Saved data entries

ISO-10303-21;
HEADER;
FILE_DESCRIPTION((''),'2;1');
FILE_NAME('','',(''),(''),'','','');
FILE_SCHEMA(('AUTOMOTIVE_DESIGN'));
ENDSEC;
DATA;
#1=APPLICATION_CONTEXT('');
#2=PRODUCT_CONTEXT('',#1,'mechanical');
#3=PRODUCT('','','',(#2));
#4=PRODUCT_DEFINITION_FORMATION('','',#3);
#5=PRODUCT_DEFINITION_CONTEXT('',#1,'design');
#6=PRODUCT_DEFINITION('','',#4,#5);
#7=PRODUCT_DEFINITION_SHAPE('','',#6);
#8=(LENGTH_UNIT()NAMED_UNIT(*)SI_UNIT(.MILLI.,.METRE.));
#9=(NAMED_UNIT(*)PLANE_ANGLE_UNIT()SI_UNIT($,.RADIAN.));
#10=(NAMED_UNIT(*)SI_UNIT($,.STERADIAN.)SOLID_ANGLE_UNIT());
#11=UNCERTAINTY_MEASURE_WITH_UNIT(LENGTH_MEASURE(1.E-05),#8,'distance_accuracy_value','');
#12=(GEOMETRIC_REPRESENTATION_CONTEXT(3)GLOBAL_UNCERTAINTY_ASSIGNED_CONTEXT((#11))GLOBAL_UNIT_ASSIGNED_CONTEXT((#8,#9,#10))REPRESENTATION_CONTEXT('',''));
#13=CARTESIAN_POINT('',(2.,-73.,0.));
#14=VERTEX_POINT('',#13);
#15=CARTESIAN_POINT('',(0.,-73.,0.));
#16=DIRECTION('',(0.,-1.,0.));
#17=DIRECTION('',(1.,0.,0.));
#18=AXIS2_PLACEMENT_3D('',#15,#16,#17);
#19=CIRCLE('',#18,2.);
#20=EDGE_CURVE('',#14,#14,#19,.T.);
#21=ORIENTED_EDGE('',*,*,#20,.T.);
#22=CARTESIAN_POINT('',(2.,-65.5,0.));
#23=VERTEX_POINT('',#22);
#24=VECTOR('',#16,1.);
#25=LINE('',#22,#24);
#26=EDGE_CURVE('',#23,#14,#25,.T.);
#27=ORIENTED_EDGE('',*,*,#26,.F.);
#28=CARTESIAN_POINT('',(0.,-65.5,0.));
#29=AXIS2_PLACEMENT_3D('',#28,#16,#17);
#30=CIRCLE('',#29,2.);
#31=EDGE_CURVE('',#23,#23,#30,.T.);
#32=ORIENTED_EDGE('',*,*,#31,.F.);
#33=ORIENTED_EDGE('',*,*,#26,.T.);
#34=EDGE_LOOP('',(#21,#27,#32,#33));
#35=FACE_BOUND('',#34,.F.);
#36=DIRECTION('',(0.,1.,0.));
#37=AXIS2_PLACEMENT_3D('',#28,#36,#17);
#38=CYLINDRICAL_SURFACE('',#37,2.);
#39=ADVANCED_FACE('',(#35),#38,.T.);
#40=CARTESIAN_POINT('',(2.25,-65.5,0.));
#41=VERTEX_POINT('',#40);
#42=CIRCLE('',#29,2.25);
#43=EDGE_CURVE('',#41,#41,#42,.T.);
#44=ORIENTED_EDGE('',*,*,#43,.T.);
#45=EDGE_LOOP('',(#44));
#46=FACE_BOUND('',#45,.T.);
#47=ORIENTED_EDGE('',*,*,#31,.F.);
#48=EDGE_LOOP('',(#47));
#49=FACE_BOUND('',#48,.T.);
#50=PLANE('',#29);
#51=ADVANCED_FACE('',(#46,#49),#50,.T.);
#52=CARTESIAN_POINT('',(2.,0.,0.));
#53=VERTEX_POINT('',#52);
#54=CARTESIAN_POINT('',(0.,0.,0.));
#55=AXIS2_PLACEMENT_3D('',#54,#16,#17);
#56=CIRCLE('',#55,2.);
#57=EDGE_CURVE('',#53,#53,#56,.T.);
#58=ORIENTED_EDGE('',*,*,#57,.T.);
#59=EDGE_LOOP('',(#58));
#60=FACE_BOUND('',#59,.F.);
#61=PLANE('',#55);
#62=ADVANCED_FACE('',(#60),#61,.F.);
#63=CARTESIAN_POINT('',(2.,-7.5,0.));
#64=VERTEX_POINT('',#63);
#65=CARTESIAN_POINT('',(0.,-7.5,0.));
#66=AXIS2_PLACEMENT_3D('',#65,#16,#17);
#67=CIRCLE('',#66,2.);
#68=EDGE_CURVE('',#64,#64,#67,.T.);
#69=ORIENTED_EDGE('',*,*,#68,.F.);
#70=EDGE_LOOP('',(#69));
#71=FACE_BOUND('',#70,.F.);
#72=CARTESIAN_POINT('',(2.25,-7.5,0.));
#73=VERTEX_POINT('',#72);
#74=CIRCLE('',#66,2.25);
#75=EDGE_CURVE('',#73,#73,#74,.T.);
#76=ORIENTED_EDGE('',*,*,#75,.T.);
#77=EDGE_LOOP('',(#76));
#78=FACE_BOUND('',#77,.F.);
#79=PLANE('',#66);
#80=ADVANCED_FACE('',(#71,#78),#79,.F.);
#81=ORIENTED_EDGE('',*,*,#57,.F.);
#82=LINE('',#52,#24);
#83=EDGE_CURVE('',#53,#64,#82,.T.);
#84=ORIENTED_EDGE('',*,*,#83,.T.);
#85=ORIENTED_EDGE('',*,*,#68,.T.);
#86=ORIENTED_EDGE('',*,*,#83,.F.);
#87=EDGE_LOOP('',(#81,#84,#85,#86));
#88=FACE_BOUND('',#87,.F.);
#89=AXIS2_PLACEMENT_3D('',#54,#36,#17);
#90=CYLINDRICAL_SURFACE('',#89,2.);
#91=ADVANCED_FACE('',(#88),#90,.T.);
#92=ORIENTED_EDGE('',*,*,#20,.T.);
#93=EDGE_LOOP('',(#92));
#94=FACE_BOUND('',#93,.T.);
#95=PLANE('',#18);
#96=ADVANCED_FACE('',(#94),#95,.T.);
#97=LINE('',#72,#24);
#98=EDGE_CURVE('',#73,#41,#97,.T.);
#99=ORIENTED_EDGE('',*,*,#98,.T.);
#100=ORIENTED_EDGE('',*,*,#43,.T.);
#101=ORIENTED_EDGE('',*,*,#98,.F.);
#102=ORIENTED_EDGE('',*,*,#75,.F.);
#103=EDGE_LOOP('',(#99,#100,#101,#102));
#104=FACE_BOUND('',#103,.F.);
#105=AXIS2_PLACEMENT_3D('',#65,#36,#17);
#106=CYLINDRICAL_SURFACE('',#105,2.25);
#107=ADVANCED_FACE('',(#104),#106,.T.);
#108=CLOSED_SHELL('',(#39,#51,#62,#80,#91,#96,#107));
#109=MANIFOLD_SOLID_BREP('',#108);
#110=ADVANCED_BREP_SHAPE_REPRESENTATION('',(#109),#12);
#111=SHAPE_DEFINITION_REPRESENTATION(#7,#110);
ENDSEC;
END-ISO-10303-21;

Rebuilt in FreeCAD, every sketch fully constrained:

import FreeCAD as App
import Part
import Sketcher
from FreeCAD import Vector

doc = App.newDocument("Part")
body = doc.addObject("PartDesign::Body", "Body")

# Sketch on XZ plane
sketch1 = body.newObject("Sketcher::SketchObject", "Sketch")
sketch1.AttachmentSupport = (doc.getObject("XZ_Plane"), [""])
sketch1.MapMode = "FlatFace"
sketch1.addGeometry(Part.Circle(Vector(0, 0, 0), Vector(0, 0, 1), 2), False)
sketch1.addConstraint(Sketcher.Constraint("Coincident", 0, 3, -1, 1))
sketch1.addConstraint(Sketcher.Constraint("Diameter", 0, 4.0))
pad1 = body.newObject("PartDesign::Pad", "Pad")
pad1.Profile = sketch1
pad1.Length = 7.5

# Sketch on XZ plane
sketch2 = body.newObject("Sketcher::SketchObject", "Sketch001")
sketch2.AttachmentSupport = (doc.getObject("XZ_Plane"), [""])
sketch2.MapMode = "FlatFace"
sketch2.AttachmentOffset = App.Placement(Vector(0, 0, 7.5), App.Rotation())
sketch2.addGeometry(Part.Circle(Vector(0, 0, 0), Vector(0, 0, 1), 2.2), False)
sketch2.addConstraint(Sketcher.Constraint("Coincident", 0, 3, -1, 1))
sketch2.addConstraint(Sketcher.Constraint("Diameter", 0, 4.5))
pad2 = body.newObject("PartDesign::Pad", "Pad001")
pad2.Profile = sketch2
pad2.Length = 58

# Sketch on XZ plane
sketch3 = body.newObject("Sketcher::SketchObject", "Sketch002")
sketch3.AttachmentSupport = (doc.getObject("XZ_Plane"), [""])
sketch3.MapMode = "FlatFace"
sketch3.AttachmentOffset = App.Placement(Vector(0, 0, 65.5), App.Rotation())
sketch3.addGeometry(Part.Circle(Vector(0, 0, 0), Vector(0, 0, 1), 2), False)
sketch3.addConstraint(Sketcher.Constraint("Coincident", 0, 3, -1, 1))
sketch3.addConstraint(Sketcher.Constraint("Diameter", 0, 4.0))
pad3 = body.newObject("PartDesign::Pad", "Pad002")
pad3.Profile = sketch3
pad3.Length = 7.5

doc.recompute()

* * *

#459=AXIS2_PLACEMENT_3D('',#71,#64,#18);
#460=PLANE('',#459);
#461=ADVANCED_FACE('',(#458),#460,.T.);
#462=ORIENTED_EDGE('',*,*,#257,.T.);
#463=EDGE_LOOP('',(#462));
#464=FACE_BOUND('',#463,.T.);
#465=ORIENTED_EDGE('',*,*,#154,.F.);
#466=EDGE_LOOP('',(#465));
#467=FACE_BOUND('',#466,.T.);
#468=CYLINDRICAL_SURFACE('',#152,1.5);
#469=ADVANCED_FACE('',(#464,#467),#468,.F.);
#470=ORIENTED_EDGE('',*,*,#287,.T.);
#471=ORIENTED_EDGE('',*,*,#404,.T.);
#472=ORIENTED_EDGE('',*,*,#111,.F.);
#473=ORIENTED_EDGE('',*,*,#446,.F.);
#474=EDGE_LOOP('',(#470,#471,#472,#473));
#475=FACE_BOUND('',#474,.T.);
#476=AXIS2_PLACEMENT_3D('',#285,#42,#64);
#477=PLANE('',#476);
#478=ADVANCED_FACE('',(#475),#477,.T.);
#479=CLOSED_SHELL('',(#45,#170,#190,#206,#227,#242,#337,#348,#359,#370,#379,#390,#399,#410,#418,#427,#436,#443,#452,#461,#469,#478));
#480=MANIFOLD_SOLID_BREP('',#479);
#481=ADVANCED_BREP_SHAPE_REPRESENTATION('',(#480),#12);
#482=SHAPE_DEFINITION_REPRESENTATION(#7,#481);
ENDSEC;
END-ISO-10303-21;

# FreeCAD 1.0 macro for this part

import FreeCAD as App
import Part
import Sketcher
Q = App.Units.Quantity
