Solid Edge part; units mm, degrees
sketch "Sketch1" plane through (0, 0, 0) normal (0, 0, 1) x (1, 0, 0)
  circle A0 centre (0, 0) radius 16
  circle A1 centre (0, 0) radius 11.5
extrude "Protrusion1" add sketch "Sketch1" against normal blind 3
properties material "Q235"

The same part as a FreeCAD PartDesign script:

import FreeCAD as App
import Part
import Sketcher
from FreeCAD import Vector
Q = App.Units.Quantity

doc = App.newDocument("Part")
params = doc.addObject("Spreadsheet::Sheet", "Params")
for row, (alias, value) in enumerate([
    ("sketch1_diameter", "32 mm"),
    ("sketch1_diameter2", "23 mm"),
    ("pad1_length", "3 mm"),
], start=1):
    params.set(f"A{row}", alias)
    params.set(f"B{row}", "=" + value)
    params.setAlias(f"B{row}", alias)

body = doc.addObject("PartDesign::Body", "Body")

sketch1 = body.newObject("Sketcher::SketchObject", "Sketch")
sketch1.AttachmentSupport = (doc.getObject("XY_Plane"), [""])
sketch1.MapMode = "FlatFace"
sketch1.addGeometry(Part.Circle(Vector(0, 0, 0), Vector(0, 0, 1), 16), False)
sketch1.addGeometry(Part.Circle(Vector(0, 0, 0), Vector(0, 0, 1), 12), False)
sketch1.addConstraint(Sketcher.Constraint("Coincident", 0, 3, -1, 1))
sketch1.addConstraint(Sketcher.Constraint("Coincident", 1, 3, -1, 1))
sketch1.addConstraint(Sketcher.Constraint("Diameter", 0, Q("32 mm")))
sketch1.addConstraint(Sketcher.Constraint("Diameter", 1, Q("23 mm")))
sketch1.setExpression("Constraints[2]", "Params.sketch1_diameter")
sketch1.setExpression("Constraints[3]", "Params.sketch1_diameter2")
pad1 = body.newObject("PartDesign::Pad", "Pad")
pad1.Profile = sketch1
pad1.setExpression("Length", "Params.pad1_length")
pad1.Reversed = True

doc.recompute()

WHAT THIS TASK INVOLVES →
Look above for the line with "#20=EDGE_CURVE('',#14,#14,#19,.T.);" and the line with "#42=CIRCLE('',#29,2.25);". Write out those two lines and all the lines between them, exactly, and no others.

EXERCISE RESPONSE →
#20=EDGE_CURVE('',#14,#14,#19,.T.);
#21=ORIENTED_EDGE('',*,*,#20,.T.);
#22=CARTESIAN_POINT('',(2.,-65.5,0.));
#23=VERTEX_POINT('',#22);
#24=VECTOR('',#16,1.);
#25=LINE('',#22,#24);
#26=EDGE_CURVE('',#23,#14,#25,.T.);
#27=ORIENTED_EDGE('',*,*,#26,.F.);
#28=CARTESIAN_POINT('',(0.,-65.5,0.));
#29=AXIS2_PLACEMENT_3D('',#28,#16,#17);
#30=CIRCLE('',#29,2.);
#31=EDGE_CURVE('',#23,#23,#30,.T.);
#32=ORIENTED_EDGE('',*,*,#31,.F.);
#33=ORIENTED_EDGE('',*,*,#26,.T.);
#34=EDGE_LOOP('',(#21,#27,#32,#33));
#35=FACE_BOUND('',#34,.F.);
#36=DIRECTION('',(0.,1.,0.));
#37=AXIS2_PLACEMENT_3D('',#28,#36,#17);
#38=CYLINDRICAL_SURFACE('',#37,2.);
#39=ADVANCED_FACE('',(#35),#38,.T.);
#40=CARTESIAN_POINT('',(2.25,-65.5,0.));
#41=VERTEX_POINT('',#40);
#42=CIRCLE('',#29,2.25);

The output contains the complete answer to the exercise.